------ Excerpted records
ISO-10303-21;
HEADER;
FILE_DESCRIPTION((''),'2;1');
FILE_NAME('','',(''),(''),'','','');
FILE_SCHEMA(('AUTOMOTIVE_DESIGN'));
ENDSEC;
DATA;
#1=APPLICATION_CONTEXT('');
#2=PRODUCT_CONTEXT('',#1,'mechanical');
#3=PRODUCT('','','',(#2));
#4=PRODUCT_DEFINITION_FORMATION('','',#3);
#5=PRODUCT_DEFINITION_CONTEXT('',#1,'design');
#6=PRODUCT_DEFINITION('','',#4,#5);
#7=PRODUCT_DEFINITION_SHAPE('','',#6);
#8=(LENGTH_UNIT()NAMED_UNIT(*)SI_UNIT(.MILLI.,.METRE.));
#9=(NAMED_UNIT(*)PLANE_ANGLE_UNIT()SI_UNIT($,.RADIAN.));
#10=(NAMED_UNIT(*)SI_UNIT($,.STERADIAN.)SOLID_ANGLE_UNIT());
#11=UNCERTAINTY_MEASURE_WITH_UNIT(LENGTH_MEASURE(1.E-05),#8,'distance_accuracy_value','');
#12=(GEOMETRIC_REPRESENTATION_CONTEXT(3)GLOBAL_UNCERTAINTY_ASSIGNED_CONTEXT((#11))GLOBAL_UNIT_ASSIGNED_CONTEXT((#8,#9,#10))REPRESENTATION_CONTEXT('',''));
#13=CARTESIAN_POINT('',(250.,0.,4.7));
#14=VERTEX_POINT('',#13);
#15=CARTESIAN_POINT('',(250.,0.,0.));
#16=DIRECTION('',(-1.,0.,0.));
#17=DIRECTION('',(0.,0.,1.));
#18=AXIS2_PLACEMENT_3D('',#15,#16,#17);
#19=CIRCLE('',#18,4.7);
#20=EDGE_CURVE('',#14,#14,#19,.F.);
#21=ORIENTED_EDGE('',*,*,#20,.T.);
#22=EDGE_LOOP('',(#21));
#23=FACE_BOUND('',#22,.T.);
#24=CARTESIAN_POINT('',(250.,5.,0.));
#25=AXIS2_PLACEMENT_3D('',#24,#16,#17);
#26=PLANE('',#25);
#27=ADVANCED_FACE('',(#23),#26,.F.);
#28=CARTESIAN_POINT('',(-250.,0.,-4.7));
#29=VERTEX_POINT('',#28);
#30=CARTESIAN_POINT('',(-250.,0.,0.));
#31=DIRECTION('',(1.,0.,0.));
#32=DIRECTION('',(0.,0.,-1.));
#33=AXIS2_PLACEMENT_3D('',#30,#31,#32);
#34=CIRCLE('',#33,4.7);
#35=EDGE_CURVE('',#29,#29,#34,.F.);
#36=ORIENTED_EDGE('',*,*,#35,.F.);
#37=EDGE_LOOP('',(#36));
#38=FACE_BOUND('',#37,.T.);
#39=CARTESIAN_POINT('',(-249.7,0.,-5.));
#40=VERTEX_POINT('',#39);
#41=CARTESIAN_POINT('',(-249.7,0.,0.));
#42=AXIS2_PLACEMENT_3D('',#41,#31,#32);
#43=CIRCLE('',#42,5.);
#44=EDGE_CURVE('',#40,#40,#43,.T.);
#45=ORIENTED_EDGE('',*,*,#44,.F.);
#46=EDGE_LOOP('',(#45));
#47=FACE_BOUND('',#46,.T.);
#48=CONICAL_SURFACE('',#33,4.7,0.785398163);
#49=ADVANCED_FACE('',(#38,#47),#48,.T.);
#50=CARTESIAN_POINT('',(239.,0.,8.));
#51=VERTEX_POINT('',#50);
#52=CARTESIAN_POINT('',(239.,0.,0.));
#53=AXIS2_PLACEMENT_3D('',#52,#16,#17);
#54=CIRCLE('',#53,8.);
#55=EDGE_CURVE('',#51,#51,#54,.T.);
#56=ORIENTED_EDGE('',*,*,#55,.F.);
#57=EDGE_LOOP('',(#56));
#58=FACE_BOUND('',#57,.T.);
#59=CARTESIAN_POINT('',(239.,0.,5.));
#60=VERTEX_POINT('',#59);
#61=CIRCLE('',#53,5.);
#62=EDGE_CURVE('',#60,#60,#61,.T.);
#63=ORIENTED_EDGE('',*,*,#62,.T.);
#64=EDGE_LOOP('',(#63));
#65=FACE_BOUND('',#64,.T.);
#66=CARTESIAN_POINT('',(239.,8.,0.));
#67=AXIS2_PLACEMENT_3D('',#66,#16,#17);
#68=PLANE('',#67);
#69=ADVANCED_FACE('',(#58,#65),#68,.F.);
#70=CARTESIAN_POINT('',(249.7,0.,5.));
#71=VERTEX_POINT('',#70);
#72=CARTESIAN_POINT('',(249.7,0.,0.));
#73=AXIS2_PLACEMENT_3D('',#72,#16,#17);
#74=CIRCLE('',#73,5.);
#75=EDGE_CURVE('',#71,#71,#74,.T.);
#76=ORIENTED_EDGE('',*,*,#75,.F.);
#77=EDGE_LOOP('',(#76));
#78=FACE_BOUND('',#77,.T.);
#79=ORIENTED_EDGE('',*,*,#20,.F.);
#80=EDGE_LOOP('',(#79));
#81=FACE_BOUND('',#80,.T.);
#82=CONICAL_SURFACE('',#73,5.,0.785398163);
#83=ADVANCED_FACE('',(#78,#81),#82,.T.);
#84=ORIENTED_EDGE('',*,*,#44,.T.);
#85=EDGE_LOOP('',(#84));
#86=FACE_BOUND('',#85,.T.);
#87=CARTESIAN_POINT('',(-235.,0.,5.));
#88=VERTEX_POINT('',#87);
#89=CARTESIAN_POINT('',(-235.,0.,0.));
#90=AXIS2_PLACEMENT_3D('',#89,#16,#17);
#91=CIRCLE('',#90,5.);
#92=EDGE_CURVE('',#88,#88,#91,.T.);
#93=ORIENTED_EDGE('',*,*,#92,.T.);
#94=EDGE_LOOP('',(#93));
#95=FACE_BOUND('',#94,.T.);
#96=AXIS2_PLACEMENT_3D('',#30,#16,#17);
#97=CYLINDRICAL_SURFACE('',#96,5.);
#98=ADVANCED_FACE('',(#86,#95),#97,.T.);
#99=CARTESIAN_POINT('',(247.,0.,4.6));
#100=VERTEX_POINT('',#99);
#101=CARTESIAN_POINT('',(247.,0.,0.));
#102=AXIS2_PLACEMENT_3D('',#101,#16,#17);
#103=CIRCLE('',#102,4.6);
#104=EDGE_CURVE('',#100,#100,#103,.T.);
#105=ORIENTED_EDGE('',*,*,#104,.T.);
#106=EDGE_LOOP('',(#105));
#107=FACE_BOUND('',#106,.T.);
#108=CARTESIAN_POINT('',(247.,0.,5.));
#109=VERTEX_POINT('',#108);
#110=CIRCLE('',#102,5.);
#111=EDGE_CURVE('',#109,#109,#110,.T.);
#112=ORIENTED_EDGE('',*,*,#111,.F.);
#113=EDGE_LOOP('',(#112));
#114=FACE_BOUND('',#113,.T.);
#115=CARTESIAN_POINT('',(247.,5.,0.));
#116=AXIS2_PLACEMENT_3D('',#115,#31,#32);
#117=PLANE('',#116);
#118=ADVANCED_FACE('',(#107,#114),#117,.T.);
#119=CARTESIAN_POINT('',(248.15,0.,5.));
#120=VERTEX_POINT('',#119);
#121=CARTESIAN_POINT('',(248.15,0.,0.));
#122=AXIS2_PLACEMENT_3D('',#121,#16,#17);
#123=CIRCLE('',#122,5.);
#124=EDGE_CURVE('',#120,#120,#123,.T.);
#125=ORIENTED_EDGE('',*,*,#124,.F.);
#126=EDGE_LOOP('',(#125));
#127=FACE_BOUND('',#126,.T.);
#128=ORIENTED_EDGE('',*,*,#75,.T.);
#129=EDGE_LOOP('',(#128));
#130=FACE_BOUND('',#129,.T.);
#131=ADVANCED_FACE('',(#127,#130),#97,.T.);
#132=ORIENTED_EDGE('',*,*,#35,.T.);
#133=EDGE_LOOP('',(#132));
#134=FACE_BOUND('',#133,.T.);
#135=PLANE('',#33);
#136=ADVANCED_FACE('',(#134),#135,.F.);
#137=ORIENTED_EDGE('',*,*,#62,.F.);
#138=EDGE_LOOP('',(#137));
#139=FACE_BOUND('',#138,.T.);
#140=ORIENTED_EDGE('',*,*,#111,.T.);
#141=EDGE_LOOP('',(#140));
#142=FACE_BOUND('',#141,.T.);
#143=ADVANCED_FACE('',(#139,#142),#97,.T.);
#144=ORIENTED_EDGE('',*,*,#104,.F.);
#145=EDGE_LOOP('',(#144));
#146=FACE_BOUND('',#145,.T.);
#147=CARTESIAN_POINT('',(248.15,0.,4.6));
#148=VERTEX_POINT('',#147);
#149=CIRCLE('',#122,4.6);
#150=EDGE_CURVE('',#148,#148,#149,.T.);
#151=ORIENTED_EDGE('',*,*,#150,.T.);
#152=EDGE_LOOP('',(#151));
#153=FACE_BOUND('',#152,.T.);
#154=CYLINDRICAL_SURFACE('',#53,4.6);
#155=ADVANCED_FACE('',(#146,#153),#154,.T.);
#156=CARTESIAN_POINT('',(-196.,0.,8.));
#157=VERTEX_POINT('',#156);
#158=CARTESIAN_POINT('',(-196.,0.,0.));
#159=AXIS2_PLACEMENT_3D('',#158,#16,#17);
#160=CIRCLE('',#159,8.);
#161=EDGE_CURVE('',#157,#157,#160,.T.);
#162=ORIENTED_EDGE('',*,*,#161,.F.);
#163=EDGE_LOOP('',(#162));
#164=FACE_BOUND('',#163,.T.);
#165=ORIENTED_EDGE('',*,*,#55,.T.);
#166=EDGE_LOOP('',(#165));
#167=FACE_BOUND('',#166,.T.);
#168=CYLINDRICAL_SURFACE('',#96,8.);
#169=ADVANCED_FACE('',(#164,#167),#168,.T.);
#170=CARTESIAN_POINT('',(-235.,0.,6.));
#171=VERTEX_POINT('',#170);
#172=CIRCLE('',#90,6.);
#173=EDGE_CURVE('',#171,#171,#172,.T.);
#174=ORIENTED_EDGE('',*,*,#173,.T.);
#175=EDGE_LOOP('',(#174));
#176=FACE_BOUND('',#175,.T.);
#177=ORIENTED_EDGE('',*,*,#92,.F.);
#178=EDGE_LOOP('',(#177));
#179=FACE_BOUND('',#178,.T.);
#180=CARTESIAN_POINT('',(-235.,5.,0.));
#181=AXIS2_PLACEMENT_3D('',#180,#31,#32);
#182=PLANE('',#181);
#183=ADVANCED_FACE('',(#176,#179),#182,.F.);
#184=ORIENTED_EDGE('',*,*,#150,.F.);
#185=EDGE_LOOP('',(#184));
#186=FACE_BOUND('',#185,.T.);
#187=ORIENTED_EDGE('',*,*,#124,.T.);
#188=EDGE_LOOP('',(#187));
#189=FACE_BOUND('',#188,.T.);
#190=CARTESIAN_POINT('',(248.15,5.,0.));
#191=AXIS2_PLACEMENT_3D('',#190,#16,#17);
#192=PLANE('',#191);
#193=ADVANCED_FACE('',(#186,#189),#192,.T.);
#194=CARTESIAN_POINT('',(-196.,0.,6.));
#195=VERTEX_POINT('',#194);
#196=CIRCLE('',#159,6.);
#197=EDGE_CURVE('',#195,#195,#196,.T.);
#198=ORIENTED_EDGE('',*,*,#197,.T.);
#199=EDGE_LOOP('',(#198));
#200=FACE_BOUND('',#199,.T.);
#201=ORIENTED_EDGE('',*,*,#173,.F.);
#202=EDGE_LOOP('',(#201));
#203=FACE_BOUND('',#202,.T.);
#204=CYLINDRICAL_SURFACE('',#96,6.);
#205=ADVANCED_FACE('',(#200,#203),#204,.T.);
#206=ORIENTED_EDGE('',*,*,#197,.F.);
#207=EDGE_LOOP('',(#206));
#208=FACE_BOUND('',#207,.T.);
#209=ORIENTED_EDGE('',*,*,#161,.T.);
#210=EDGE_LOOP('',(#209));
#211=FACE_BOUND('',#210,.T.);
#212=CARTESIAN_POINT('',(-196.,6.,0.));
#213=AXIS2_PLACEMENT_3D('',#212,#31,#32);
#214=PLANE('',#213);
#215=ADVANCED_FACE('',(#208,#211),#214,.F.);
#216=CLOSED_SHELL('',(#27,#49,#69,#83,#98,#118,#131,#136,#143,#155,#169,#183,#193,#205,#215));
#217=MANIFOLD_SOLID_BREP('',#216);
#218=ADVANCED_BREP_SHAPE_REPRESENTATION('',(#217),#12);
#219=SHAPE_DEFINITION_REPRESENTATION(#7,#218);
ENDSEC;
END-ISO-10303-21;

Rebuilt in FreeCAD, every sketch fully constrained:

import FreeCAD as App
import Part
import Sketcher

V = App.Vector


def edges_at(feature, points):
    """Names of the edges that pass closest to the given points."""
    edges = feature.Shape.Edges
    near = lambda p: min(range(len(edges)), key=lambda i: edges[i].distToShape(Part.Vertex(*p))[0])
    return sorted({f"Edge{near(p) + 1}" for p in points})


def add_polygon(sketch, points):
    """Adds a closed chain of lines whose ends are joined by coincident constraints."""
    first, n = sketch.GeometryCount, len(points)
    for a, b in zip(points, points[1:] + points[:1]):
        sketch.addGeometry(Part.LineSegment(App.Vector(*a, 0), App.Vector(*b, 0)), False)
    for i in range(n):
        sketch.addConstraint(Sketcher.Constraint("Coincident", first + i, 2, first + (i + 1) % n, 1))

doc = App.newDocument("Part")
body = doc.addObject("PartDesign::Body", "Body")

sketch1 = doc.addObject("Sketcher::SketchObject", "Sketch")
body.addObject(sketch1)
sketch1.AttachmentSupport = (doc.XY_Plane, [""])
sketch1.MapMode = "FlatFace"
add_polygon(sketch1, [(-250, 0), (250, 0), (250, 5), (239, 5), (239, 8), (-196, 8), (-196, 6), (-235, 6), (-235, 5), (-250, 5)])
sketch1.addConstraint(Sketcher.Constraint("Horizontal", 0))
sketch1.addConstraint(Sketcher.Constraint("Vertical", 1))
sketch1.addConstraint(Sketcher.Constraint("Horizontal", 2))
sketch1.addConstraint(Sketcher.Constraint("Vertical", 3))
sketch1.addConstraint(Sketcher.Constraint("Horizontal", 4))
sketch1.addConstraint(Sketcher.Constraint("Vertical", 5))
sketch1.addConstraint(Sketcher.Constraint("Horizontal", 6))
sketch1.addConstraint(Sketcher.Constraint("Vertical", 7))
sketch1.addConstraint(Sketcher.Constraint("Horizontal", 8))
sketch1.addConstraint(Sketcher.Constraint("Vertical", 9))
sketch1.addConstraint(Sketcher.Constraint("Symmetric", 0, 2, 9, 2, -1, 1))
sketch1.addConstraint(Sketcher.Constraint("Horizontal", 2, 2, 7, 2))
sketch1.addConstraint(Sketcher.Constraint("DistanceX", 0, 1, 0, 2, 500.0))
sketch1.addConstraint(Sketcher.Constraint("DistanceX", 2, 2, 2, 1, 11.0))
sketch1.addConstraint(Sketcher.Constraint("DistanceX", 4, 2, 4, 1, 435.0))
sketch1.addConstraint(Sketcher.Constraint("DistanceX", 6, 2, 6, 1, 39.0))
sketch1.addConstraint(Sketcher.Constraint("DistanceY", 1, 1, 1, 2, 5.0))
sketch1.addConstraint(Sketcher.Constraint("DistanceY", 3, 1, 3, 2, 3.0))
sketch1.addConstraint(Sketcher.Constraint("DistanceY", 5, 2, 5, 1, 2.0))
revolution = doc.addObject("PartDesign::Revolution", "Revolution")
body.addObject(revolution)
revolution.Profile = sketch1
revolution.ReferenceAxis = (sketch1, ["H_Axis"])
revolution.Angle = 360

sketch2 = doc.addObject("Sketcher::SketchObject", "Sketch001")
body.addObject(sketch2)
sketch2.AttachmentSupport = (doc.XY_Plane, [""])
sketch2.MapMode = "FlatFace"
add_polygon(sketch2, [(247, 5), (247, 4.6), (248.15, 4.6), (248.15, 5)])
sketch2.addConstraint(Sketcher.Constraint("Vertical", 0))
sketch2.addConstraint(Sketcher.Constraint("Horizontal", 1))
sketch2.addConstraint(Sketcher.Constraint("Vertical", 2))
sketch2.addConstraint(Sketcher.Constraint("Horizontal", 3))
sketch2.addConstraint(Sketcher.Constraint("DistanceY", 0, 2, 0, 1, 0.4))
sketch2.addConstraint(Sketcher.Constraint("DistanceX", -1, 1, 0, 2, 247.0))
sketch2.addConstraint(Sketcher.Constraint("DistanceY", -1, 1, 2, 2, 5.0))
sketch2.addConstraint(Sketcher.Constraint("DistanceX", 1, 1, 1, 2, 1.15))
groove = doc.addObject("PartDesign::Groove", "Groove")
body.addObject(groove)
groove.Profile = sketch2
groove.ReferenceAxis = (sketch2, ["H_Axis"])
groove.Angle = 360
doc.recompute()

chamfer = doc.addObject("PartDesign::Chamfer", "Chamfer")
body.addObject(chamfer)
chamfer.Base = (groove, edges_at(groove, [(-250, 0, -5), (250, 0, -5)]))
chamfer.Size = 0.3

doc.recompute()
------------
◆ **Activity**:
Exactly as written, repeat each line from the beginning of the data above to the line containing "#22=EDGE_LOOP('',(#21));", inclusive.

◆ **Answer to this problem**:
ISO-10303-21;
HEADER;
FILE_DESCRIPTION((''),'2;1');
FILE_NAME('','',(''),(''),'','','');
FILE_SCHEMA(('AUTOMOTIVE_DESIGN'));
ENDSEC;
DATA;
#1=APPLICATION_CONTEXT('');
#2=PRODUCT_CONTEXT('',#1,'mechanical');
#3=PRODUCT('','','',(#2));
#4=PRODUCT_DEFINITION_FORMATION('','',#3);
#5=PRODUCT_DEFINITION_CONTEXT('',#1,'design');
#6=PRODUCT_DEFINITION('','',#4,#5);
#7=PRODUCT_DEFINITION_SHAPE('','',#6);
#8=(LENGTH_UNIT()NAMED_UNIT(*)SI_UNIT(.MILLI.,.METRE.));
#9=(NAMED_UNIT(*)PLANE_ANGLE_UNIT()SI_UNIT($,.RADIAN.));
#10=(NAMED_UNIT(*)SI_UNIT($,.STERADIAN.)SOLID_ANGLE_UNIT());
#11=UNCERTAINTY_MEASURE_WITH_UNIT(LENGTH_MEASURE(1.E-05),#8,'distance_accuracy_value','');
#12=(GEOMETRIC_REPRESENTATION_CONTEXT(3)GLOBAL_UNCERTAINTY_ASSIGNED_CONTEXT((#11))GLOBAL_UNIT_ASSIGNED_CONTEXT((#8,#9,#10))REPRESENTATION_CONTEXT('',''));
#13=CARTESIAN_POINT('',(250.,0.,4.7));
#14=VERTEX_POINT('',#13);
#15=CARTESIAN_POINT('',(250.,0.,0.));
#16=DIRECTION('',(-1.,0.,0.));
#17=DIRECTION('',(0.,0.,1.));
#18=AXIS2_PLACEMENT_3D('',#15,#16,#17);
#19=CIRCLE('',#18,4.7);
#20=EDGE_CURVE('',#14,#14,#19,.F.);
#21=ORIENTED_EDGE('',*,*,#20,.T.);
#22=EDGE_LOOP('',(#21));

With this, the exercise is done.